M. LANTAIGNE: “There is much uncertainty in these explanations, monsieur. And rather than adopt them, I suspend my judgment, which inclines, I confess, towards the miraculous side, at least with respect to Saint Catherine’s sword. For the passage is precise: the sword was in the wall, and it was necessary to excavate to find it. Neither is it impossible, again, that God, upon the efficacious prayers of a virgin, should have given life back to a child that had died without having received baptism.”
M. BERGERET: “You speak, monsieur l’abbé, of ‘the efficacious prayers of a virgin.’ Do you then grant, in accordance with the belief of the Middle Ages, that there was some virtue, some peculiar power, in Jeanne d’Arc’s virginity?”
M. LANTAIGNE: “Clearly virginity is pleasing to God, and Jesus Christ rejoices in the triumph of His virgins. A young girl turned Attila and his Huns back from Lutetia; a young girl delivered Orleans and caused the lawful king to be crowned at Rheims.”

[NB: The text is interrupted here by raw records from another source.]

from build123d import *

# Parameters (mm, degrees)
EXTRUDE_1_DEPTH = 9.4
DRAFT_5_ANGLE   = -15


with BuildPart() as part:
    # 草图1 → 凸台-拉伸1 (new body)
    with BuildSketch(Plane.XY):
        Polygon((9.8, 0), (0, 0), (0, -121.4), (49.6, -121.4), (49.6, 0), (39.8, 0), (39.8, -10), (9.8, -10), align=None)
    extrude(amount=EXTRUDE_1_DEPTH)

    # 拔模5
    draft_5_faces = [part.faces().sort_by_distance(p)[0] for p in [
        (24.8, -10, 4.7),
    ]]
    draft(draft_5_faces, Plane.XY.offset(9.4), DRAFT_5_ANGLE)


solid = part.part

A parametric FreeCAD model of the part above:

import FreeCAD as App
import Part
import Sketcher

V = App.Vector
Q = App.Units.Quantity


def faces_at(feature, points):
    """Names of the faces that lie closest to the given points."""
    faces = feature.Shape.Faces
    near = lambda p: min(range(len(faces)), key=lambda i: faces[i].distToShape(Part.Vertex(*p))[0])
    return sorted({f"Face{near(p) + 1}" for p in points})


def add_polygon(sketch, points):
    """Adds a closed chain of lines whose ends are joined by coincident constraints."""
    first, n = sketch.GeometryCount, len(points)
    for a, b in zip(points, points[1:] + points[:1]):
        sketch.addGeometry(Part.LineSegment(App.Vector(*a, 0), App.Vector(*b, 0)), False)
    for i in range(n):
        sketch.addConstraint(Sketcher.Constraint("Coincident", first + i, 2, first + (i + 1) % n, 1))

doc = App.newDocument("Part")
body = doc.addObject("PartDesign::Body", "Body")

sketch1 = body.newObject("Sketcher::SketchObject", "Sketch")
sketch1.AttachmentSupport = (doc.getObject("XY_Plane"), [""])
sketch1.MapMode = "FlatFace"
add_polygon(sketch1, [(9.8, 0), (0, 0), (0, -121.4), (49.6, -121.4), (49.6, 0), (39.8, 0), (39.8, -10), (9.8, -10)])
sketch1.addConstraint([
    Sketcher.Constraint("Horizontal", 0),
    Sketcher.Constraint("Vertical", 1),
    Sketcher.Constraint("Horizontal", 2),
    Sketcher.Constraint("Vertical", 3),
    Sketcher.Constraint("Horizontal", 4),
    Sketcher.Constraint("Vertical", 5),
    Sketcher.Constraint("Horizontal", 6),
    Sketcher.Constraint("Vertical", 7),
    Sketcher.Constraint("Coincident", 0, 2, -1, 1),
    Sketcher.Constraint("PointOnObject", 3, 2, -1),
    Sketcher.Constraint("Equal", 0, 4),
    Sketcher.Constraint("DistanceX", 6, 2, 6, 1, Q("30 mm")),
    Sketcher.Constraint("DistanceY", 5, 2, 5, 1, Q("10 mm")),
    Sketcher.Constraint("DistanceX", 0, 2, 0, 1, Q("9.8 mm")),
    Sketcher.Constraint("DistanceY", 1, 2, 1, 1, Q("121.4 mm")),
])
pad1 = body.newObject("PartDesign::Pad", "Pad")
pad1.Profile = sketch1
pad1.Length = 9.4
doc.recompute()

datumplane = body.newObject("PartDesign::Plane", "DatumPlane")
datumplane.AttachmentSupport = (doc.getObject("XY_Plane"), [""])
datumplane.MapMode = "FlatFace"
datumplane.AttachmentOffset = App.Placement(V(0, 0, 9.4), App.Rotation())
draft = body.newObject("PartDesign::Draft", "Draft")
draft.Base = (pad1, faces_at(pad1, [(24.8, -10, 4.7)]))
draft.NeutralPlane = (datumplane, [""])
draft.Angle = 15
draft.Reversed = True

doc.recompute()
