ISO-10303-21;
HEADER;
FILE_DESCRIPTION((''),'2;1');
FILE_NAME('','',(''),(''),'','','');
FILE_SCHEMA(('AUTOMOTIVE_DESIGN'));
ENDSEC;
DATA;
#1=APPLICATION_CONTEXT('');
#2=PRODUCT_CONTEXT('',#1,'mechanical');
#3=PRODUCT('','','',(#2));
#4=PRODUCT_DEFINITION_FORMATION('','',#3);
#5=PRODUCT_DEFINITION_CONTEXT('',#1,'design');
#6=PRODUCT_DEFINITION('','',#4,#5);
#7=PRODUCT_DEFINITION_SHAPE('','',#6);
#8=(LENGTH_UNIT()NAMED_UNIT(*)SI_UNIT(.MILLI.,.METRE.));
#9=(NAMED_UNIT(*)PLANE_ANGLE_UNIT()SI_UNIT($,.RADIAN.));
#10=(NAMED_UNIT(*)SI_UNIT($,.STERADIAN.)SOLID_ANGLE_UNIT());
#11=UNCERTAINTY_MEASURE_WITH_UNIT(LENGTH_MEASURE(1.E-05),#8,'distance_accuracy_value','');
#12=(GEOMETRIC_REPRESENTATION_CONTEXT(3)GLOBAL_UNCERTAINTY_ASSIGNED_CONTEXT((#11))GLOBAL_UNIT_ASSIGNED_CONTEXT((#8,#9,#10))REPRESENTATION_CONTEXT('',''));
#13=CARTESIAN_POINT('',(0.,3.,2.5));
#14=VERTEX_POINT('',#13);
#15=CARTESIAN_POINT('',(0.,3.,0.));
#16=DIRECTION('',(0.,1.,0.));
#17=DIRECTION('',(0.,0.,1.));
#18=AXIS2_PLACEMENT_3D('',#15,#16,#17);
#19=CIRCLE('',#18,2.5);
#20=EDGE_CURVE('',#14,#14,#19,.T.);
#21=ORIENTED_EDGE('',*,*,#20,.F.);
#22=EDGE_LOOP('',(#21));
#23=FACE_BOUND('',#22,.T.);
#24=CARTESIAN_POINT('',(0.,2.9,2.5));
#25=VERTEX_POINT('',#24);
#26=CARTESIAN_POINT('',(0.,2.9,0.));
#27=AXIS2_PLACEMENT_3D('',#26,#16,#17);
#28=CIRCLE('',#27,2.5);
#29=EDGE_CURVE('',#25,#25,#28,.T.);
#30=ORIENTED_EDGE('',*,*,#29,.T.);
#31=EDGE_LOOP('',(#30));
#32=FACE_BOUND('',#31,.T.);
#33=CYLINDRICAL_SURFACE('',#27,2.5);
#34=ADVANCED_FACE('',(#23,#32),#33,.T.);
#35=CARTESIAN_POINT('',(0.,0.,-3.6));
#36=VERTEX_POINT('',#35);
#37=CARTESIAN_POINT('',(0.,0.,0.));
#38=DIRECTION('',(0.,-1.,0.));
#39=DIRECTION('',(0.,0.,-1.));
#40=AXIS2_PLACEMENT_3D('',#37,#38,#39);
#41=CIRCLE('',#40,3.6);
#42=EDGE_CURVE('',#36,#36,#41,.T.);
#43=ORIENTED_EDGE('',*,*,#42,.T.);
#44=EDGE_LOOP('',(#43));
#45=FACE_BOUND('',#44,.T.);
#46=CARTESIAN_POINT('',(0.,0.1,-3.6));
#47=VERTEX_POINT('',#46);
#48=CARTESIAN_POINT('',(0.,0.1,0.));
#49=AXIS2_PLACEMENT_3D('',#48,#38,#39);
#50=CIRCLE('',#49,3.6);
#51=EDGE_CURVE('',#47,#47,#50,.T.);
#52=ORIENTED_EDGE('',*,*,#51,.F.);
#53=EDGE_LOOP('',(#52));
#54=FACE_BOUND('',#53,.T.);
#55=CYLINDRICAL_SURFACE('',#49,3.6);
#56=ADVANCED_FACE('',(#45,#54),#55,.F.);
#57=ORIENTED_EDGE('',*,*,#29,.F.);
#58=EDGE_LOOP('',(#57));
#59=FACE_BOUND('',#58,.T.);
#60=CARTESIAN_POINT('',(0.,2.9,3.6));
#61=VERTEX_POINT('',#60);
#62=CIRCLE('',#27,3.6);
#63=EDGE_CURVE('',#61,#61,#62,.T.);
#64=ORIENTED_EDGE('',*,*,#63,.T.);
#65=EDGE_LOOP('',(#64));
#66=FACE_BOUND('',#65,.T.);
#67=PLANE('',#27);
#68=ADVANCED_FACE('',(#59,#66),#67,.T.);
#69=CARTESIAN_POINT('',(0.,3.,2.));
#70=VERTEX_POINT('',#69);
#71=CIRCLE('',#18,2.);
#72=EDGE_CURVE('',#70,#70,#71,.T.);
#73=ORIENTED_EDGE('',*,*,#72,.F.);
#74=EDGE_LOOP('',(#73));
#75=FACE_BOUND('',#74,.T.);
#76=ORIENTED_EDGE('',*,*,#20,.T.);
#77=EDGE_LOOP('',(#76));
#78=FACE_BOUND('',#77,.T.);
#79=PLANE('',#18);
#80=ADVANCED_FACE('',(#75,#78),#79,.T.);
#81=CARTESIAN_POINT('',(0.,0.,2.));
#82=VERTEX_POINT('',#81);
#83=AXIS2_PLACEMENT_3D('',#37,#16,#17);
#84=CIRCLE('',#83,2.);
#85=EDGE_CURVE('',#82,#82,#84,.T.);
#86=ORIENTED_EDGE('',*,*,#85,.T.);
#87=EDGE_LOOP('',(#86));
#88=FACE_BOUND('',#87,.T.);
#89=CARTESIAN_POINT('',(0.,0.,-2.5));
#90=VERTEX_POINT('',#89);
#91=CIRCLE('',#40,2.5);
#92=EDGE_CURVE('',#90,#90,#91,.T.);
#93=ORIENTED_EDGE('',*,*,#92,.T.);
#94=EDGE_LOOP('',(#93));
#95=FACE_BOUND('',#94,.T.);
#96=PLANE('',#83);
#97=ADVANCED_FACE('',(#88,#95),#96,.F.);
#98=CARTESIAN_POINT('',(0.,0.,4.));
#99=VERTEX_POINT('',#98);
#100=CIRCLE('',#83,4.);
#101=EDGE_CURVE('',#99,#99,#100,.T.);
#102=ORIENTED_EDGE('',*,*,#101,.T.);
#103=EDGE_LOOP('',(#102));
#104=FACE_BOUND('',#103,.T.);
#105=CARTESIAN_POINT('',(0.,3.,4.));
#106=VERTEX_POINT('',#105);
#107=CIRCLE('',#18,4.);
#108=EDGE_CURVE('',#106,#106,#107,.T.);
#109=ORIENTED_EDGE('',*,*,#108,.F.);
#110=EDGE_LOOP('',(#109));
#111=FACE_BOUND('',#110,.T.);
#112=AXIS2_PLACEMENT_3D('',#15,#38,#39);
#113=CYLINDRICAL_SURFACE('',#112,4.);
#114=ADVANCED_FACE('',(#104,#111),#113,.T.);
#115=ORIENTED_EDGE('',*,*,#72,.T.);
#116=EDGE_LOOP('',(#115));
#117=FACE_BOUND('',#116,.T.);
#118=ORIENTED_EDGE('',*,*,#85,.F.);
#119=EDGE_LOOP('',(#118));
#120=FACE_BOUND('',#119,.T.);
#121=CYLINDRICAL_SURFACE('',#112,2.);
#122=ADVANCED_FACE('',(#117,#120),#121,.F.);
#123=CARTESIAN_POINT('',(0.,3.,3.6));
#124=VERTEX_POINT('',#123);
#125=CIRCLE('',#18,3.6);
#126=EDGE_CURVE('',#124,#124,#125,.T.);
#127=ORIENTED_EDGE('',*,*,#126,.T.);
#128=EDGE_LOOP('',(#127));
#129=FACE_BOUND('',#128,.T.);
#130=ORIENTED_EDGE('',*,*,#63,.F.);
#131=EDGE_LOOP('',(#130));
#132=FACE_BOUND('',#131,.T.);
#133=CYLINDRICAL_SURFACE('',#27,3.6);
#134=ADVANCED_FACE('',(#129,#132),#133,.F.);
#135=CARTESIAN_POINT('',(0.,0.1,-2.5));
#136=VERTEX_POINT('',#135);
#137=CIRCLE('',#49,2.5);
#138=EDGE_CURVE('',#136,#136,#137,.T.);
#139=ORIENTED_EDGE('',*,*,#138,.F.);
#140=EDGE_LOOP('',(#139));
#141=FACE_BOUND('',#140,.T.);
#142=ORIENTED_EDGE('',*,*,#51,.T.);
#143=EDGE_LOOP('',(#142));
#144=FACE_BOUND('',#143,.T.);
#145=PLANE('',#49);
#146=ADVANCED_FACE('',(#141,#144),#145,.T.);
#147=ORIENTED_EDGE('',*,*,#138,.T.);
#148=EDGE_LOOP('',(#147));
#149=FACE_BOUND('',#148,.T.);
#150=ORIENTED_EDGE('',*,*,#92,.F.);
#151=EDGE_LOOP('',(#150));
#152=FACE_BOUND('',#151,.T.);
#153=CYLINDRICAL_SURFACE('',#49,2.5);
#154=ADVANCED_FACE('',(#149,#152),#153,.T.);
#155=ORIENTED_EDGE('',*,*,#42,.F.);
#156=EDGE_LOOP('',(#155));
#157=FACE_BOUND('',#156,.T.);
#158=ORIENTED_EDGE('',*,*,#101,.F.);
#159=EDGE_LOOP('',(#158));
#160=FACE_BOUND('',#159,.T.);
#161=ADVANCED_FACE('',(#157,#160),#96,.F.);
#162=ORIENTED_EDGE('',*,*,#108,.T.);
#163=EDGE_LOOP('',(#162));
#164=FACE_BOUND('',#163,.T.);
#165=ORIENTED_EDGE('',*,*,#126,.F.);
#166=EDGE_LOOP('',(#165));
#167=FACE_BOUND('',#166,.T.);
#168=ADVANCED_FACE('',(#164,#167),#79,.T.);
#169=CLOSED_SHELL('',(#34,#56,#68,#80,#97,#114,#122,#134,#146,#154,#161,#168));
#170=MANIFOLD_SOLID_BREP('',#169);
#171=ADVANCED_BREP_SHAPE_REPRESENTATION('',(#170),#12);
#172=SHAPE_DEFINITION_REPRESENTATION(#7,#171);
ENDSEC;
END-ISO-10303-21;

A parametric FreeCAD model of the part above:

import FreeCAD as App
import Part
import Sketcher

V = App.Vector
Q = App.Units.Quantity

doc = App.newDocument("Part")
body = doc.addObject("PartDesign::Body", "Body")

# Sketch on XZ plane
sketch1 = body.newObject("Sketcher::SketchObject", "Sketch")
sketch1.AttachmentSupport = (doc.getObject("XZ_Plane"), [""])
sketch1.MapMode = "FlatFace"
sketch1.addGeometry([
    Part.Circle(V(0, 0, 0), V(0, 0, 1), 4),
    Part.Circle(V(0, 0, 0), V(0, 0, 1), 2),
], False)
sketch1.addConstraint([
    Sketcher.Constraint("Coincident", 0, 3, -1, 1),
    Sketcher.Constraint("Coincident", 1, 3, -1, 1),
    Sketcher.Constraint("Diameter", 0, Q("8 mm")),
    Sketcher.Constraint("Diameter", 1, Q("4 mm")),
])
pad1 = body.newObject("PartDesign::Pad", "Pad")
pad1.Profile = sketch1
pad1.Length = 3
pad1.Reversed = True

# Sketch on XZ plane
sketch2 = body.newObject("Sketcher::SketchObject", "Sketch001")
sketch2.AttachmentSupport = (doc.getObject("XZ_Plane"), [""])
sketch2.MapMode = "FlatFace"
sketch2.AttachmentOffset = App.Placement(V(0, 0, -3), App.Rotation())
sketch2.addGeometry([
    Part.Circle(V(0, 0, 0), V(0, 0, 1), 3.6),
    Part.Circle(V(0, 0, 0), V(0, 0, 1), 2.5),
], False)
sketch2.addConstraint([
    Sketcher.Constraint("Coincident", 0, 3, -1, 1),
    Sketcher.Constraint("Coincident", 1, 3, -1, 1),
    Sketcher.Constraint("Diameter", 1, Q("5 mm")),
    Sketcher.Constraint("Diameter", 0, Q("7.2 mm")),
])
pocket1 = body.newObject("PartDesign::Pocket", "Pocket")
pocket1.Profile = sketch2
pocket1.Length = 0.1
pocket1.Reversed = True

# Sketch on XZ plane
sketch3 = body.newObject("Sketcher::SketchObject", "Sketch002")
sketch3.AttachmentSupport = (doc.getObject("XZ_Plane"), [""])
sketch3.MapMode = "FlatFace"
sketch3.addGeometry([
    Part.Circle(V(0, 0, 0), V(0, 0, 1), 3.6),
    Part.Circle(V(0, 0, 0), V(0, 0, 1), 2.5),
], False)
sketch3.addConstraint([
    Sketcher.Constraint("Coincident", 0, 3, -1, 1),
    Sketcher.Constraint("Coincident", 1, 3, -1, 1),
    Sketcher.Constraint("Diameter", 1, Q("5 mm")),
    Sketcher.Constraint("Diameter", 0, Q("7.2 mm")),
])
pocket2 = body.newObject("PartDesign::Pocket", "Pocket001")
pocket2.Profile = sketch3
pocket2.Length = 0.1

doc.recompute()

The priest having thus expressed himself, M. Bergeret seized on his words in a way of his own.
“Exactly,” said he. “Jeanne d’Arc was a mascotte.”
But Abbé Lantaigne did not hear. He rose and said:
“France’s destined rôle in Christendom is not yet achieved. I foresee that ere long God will yet again work His will through the nation which has been the most faithful and the most faithless to Him.”
“And so it is,” answered M. Bergeret, “that, as in the profligate times of King Charles VII., we behold the rise of prophetesses. Our town indeed holds one of them, who is making a happier start than Jeanne, since Jacquot d’Arc’s daughter was regarded as mad by her parents, and Mademoiselle Deniseau finds a disciple in her own father. Still I do not believe that her good luck will be great and lasting. Our préfet, M. Worms-Clavelin, is somewhat wanting in good breeding, but he is less of a simpleton than Baudricourt, and it is no longer the custom for the heads of the State to give audience to prophetesses. M. Félix Faure will not be advised by his confessor to test Mademoiselle Deniseau. Here, perhaps, you may reply, monsieur l’abbé, that the influence of Bernadette of Lourdes is stronger in our days than that of Jeanne d’Arc ever was. The latter overthrew some hundreds of starving and panic-stricken English; Bernadette has set countless pilgrims on the march and drawn thousands of millions to a mountain in the Pyrenees. And my revered friend, M. Pierre Laffitte, assures me that we have entered on an era of positive philosophy.”
“As for what happens at Lourdes,” said Abbé Lantaigne, “without becoming latitudinarian or falling into excessive credulity, I reserve my opinion on a point upon which the Church has made no pronouncement. But henceforth I see a triumph for religion in this crowd of pilgrims, just as you yourself see in it a defeat for materialistic philosophy.”